Record excerpts:
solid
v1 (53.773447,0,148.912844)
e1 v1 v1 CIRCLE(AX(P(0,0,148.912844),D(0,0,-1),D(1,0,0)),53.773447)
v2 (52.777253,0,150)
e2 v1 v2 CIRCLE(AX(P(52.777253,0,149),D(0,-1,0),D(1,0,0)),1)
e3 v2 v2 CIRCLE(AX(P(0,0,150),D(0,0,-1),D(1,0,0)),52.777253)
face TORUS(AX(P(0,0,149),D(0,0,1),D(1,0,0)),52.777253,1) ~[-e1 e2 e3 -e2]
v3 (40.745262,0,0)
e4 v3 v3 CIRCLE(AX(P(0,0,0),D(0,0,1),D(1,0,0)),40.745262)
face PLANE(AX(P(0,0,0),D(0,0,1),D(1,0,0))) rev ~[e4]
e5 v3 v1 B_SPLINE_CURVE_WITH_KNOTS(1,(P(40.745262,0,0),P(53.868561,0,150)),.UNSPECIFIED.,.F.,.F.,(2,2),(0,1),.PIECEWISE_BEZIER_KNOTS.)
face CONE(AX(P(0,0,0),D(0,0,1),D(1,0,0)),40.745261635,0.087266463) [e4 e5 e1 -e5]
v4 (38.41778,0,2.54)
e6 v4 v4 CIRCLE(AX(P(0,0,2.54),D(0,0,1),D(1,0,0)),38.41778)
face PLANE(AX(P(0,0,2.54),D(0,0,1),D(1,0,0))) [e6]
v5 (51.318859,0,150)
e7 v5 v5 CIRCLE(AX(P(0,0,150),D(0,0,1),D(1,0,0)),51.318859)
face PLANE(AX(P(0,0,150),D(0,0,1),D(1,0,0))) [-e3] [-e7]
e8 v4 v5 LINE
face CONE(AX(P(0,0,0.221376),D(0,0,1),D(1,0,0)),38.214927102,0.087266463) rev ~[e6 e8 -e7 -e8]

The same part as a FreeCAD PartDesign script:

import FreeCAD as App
import Part
import Sketcher


def edges_at(feature, points):
    """Names of the edges that pass closest to the given points."""
    edges = feature.Shape.Edges
    near = lambda p: min(range(len(edges)), key=lambda i: edges[i].distToShape(Part.Vertex(*p))[0])
    return sorted({f"Edge{near(p) + 1}" for p in points})


def faces_at(feature, points):
    """Names of the faces that lie closest to the given points."""
    faces = feature.Shape.Faces
    near = lambda p: min(range(len(faces)), key=lambda i: faces[i].distToShape(Part.Vertex(*p))[0])
    return sorted({f"Face{near(p) + 1}" for p in points})

doc = App.newDocument("Part")
body = doc.addObject("PartDesign::Body", "Body")

sketch1 = body.newObject("Sketcher::SketchObject", "Sketch")
sketch1.AttachmentSupport = (doc.getObject("XY_Plane"), [""])
sketch1.MapMode = "FlatFace"
sketch1.addGeometry(Part.Circle(App.Vector(0, 0, 0), App.Vector(0, 0, 1), 41), False)
sketch1.addConstraint([
    Sketcher.Constraint("Coincident", 0, 3, -1, 1),
    Sketcher.Constraint("Diameter", 0, 81.490523),
])
pad1 = body.newObject("PartDesign::Pad", "Pad")
pad1.Profile = sketch1
pad1.Length = 150
pad1.TaperAngle = 5
doc.recompute()

thickness = body.newObject("PartDesign::Thickness", "Thickness")
thickness.Base = (pad1, faces_at(pad1, [(0, 0, 150)]))
thickness.Value = 2.54
thickness.Reversed = True
thickness.Join = "Intersection"
doc.recompute()

fillet = body.newObject("PartDesign::Fillet", "Fillet")
fillet.Base = (thickness, edges_at(thickness, [(-53.869, 0, 150)]))
fillet.Radius = 1

doc.recompute()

Work item: Your answer should be each line of the data that contains the word "CONE", copied as it stands.

Exercise response:
face CONE(AX(P(0,0,0),D(0,0,1),D(1,0,0)),40.745261635,0.087266463) [e4 e5 e1 -e5]
face CONE(AX(P(0,0,0.221376),D(0,0,1),D(1,0,0)),38.214927102,0.087266463) rev ~[e6 e8 -e7 -e8]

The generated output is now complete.